Top of Listed records

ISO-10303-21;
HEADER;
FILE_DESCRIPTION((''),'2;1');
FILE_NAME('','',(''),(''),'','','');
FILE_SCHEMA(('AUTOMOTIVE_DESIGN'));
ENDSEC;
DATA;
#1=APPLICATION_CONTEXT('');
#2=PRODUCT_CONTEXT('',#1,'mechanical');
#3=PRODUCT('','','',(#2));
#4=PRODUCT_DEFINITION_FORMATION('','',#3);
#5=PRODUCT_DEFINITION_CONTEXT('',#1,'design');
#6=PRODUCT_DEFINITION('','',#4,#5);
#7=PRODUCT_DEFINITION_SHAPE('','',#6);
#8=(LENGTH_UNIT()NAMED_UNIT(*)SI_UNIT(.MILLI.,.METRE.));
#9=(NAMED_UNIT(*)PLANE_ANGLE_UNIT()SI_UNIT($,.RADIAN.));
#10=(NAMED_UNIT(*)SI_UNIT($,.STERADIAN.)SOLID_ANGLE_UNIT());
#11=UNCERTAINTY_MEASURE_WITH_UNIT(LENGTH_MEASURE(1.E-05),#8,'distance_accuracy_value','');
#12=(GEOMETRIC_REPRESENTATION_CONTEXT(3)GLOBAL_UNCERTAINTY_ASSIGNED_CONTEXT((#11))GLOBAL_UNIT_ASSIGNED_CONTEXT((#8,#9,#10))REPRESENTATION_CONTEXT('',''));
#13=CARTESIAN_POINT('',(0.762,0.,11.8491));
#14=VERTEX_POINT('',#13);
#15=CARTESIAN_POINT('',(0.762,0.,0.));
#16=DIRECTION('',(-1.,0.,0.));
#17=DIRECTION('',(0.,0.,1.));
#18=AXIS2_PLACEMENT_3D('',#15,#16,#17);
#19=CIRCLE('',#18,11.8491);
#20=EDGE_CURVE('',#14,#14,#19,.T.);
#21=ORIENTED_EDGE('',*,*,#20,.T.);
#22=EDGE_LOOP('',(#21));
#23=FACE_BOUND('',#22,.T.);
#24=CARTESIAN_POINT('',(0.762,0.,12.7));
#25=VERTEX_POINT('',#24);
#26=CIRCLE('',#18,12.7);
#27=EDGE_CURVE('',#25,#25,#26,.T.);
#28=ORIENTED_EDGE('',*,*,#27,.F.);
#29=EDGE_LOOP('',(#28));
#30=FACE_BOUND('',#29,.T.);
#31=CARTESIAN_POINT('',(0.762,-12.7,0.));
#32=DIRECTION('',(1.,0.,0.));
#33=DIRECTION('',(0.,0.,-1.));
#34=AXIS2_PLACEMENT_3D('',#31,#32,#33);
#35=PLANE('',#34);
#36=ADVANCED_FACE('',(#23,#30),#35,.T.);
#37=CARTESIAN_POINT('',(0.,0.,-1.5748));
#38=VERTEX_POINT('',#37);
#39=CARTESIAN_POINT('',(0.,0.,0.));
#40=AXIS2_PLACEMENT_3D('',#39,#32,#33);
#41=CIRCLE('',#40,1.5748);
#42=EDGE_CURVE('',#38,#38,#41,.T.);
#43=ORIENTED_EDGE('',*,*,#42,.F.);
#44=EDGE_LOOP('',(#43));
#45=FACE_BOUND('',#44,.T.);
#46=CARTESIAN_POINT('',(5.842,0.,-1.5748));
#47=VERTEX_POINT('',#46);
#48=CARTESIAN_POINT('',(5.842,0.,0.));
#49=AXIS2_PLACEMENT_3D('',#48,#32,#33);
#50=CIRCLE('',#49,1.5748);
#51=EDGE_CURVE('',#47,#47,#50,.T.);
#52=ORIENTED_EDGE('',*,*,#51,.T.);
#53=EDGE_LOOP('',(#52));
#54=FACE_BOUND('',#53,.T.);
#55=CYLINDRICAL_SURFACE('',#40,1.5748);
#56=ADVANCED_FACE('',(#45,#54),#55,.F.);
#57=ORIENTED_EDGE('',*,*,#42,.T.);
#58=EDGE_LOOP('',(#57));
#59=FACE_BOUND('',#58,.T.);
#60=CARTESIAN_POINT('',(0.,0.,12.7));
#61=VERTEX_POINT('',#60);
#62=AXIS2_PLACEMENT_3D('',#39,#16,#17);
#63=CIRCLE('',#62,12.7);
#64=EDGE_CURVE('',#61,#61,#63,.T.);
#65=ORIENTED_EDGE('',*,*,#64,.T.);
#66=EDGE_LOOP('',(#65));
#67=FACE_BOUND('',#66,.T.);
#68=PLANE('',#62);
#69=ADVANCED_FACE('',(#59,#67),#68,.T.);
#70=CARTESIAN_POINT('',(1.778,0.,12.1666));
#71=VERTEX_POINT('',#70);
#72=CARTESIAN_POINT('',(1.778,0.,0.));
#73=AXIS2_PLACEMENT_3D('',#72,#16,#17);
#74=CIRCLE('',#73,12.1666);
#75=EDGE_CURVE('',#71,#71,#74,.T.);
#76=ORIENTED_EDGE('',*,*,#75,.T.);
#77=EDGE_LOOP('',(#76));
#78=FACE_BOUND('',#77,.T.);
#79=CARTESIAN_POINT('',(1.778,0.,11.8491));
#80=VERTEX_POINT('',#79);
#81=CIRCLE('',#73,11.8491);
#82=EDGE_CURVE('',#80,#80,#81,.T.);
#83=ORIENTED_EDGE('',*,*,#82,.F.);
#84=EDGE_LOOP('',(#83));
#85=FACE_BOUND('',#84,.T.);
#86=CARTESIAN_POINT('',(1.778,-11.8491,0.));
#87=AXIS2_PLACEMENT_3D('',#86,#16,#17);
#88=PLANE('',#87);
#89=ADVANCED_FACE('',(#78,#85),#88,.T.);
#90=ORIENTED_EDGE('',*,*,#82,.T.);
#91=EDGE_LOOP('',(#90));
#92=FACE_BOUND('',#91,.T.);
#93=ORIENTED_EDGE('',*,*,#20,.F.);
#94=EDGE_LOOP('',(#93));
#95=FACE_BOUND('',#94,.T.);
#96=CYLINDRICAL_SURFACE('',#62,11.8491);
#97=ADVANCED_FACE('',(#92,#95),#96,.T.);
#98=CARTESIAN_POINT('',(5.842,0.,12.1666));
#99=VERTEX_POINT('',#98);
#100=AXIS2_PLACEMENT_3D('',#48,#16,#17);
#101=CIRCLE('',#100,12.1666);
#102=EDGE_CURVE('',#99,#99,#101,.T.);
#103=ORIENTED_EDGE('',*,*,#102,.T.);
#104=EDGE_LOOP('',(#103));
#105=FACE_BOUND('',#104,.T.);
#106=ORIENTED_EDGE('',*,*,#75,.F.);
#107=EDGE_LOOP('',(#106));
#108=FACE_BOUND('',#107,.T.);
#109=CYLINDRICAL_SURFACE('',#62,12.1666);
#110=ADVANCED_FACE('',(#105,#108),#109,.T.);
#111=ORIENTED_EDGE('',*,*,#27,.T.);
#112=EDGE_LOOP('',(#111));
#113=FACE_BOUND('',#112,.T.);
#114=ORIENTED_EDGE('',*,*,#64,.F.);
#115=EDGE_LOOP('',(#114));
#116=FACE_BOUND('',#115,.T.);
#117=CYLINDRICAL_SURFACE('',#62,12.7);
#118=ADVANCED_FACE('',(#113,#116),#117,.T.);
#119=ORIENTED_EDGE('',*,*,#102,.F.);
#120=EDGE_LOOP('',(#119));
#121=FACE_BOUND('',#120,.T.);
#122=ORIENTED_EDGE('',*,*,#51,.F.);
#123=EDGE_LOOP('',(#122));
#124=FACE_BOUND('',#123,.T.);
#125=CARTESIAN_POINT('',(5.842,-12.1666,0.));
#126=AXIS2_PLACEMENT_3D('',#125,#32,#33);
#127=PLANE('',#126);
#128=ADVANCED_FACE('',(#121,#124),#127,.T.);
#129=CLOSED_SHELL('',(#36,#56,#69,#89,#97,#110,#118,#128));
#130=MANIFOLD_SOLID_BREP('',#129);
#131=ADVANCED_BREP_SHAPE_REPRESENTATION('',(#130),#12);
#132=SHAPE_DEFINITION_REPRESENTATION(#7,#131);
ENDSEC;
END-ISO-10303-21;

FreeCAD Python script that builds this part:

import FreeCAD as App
import Part
import Sketcher

V = App.Vector
Q = App.Units.Quantity

doc = App.newDocument("Part")
body = doc.addObject("PartDesign::Body", "Body")

sketch1 = body.newObject("Sketcher::SketchObject", "Sketch")
sketch1.AttachmentSupport = (doc.getObject("XY_Plane"), [""])
sketch1.MapMode = "FlatFace"
sketch1.addGeometry([
    Part.LineSegment(V(0, 0, 0), V(0, -12.7, 0)),
    Part.LineSegment(V(0, -12.7, 0), V(0.762, -12.7, 0)),
    Part.LineSegment(V(0.762, -12.7, 0), V(0.762, -11.8491, 0)),
    Part.LineSegment(V(0.762, -11.8491, 0), V(1.778, -11.8491, 0)),
    Part.LineSegment(V(1.778, -11.8491, 0), V(1.778, -12.1666, 0)),
    Part.LineSegment(V(1.778, -12.1666, 0), V(5.842, -12.1666, 0)),
    Part.LineSegment(V(5.842, -12.1666, 0), V(5.842, 0, 0)),
    Part.LineSegment(V(5.842, 0, 0), V(0, 0, 0)),
], False)
sketch1.addConstraint([
    Sketcher.Constraint("Coincident", 0, 2, 1, 1),
    Sketcher.Constraint("Coincident", 1, 2, 2, 1),
    Sketcher.Constraint("Coincident", 2, 2, 3, 1),
    Sketcher.Constraint("Coincident", 3, 2, 4, 1),
    Sketcher.Constraint("Coincident", 4, 2, 5, 1),
    Sketcher.Constraint("Coincident", 5, 2, 6, 1),
    Sketcher.Constraint("Coincident", 6, 2, 7, 1),
    Sketcher.Constraint("Coincident", 7, 2, 0, 1),
    Sketcher.Constraint("Vertical", 0),
    Sketcher.Constraint("Horizontal", 1),
    Sketcher.Constraint("Vertical", 2),
    Sketcher.Constraint("Horizontal", 3),
    Sketcher.Constraint("Vertical", 4),
    Sketcher.Constraint("Horizontal", 5),
    Sketcher.Constraint("Vertical", 6),
    Sketcher.Constraint("Horizontal", 7),
    Sketcher.Constraint("Coincident", 7, 2, -1, 1),
    Sketcher.Constraint("DistanceY", 0, 2, 0, 1, Q("0.5 in")),
    Sketcher.Constraint("DistanceX", 1, 1, 1, 2, Q("0.03 in")),
    Sketcher.Constraint("DistanceX", 3, 1, 3, 2, Q("0.04 in")),
    Sketcher.Constraint("DistanceX", 5, 1, 5, 2, Q("0.16 in")),
    Sketcher.Constraint("DistanceY", 6, 1, 6, 2, Q("0.479 in")),
    Sketcher.Constraint("DistanceY", 2, 1, 2, 2, Q("0.0335 in")),
])
revolution = body.newObject("PartDesign::Revolution", "Revolution")
revolution.Profile = sketch1
revolution.ReferenceAxis = (sketch1, ["H_Axis"])
revolution.Angle = 360

sketch2 = body.newObject("Sketcher::SketchObject", "Sketch001")
sketch2.AttachmentSupport = (doc.getObject("YZ_Plane"), [""])
sketch2.MapMode = "FlatFace"
sketch2.AttachmentOffset = App.Placement(V(0, 0, 0.23 * 25.4), App.Rotation())
sketch2.addGeometry(Part.Circle(V(0, 0, 0), V(0, 0, 1), 1.5748), False)
sketch2.addConstraint([
    Sketcher.Constraint("Coincident", 0, 3, -1, 1),
    Sketcher.Constraint("Diameter", 0, Q("0.124 in")),
])
pocket1 = body.newObject("PartDesign::Pocket", "Pocket")
pocket1.Profile = sketch2
pocket1.Type = "ThroughAll"

doc.recompute()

Bottom of Listed records

— Exercise —
When you reach the line containing "#60=CARTESIAN_POINT('',(0.,0.,12.7));" in the data above, start copying exactly, and stop after the line containing "#72=CARTESIAN_POINT('',(1.778,0.,0.));".

— Answer area —
#60=CARTESIAN_POINT('',(0.,0.,12.7));
#61=VERTEX_POINT('',#60);
#62=AXIS2_PLACEMENT_3D('',#39,#16,#17);
#63=CIRCLE('',#62,12.7);
#64=EDGE_CURVE('',#61,#61,#63,.T.);
#65=ORIENTED_EDGE('',*,*,#64,.T.);
#66=EDGE_LOOP('',(#65));
#67=FACE_BOUND('',#66,.T.);
#68=PLANE('',#62);
#69=ADVANCED_FACE('',(#59,#67),#68,.T.);
#70=CARTESIAN_POINT('',(1.778,0.,12.1666));
#71=VERTEX_POINT('',#70);
#72=CARTESIAN_POINT('',(1.778,0.,0.));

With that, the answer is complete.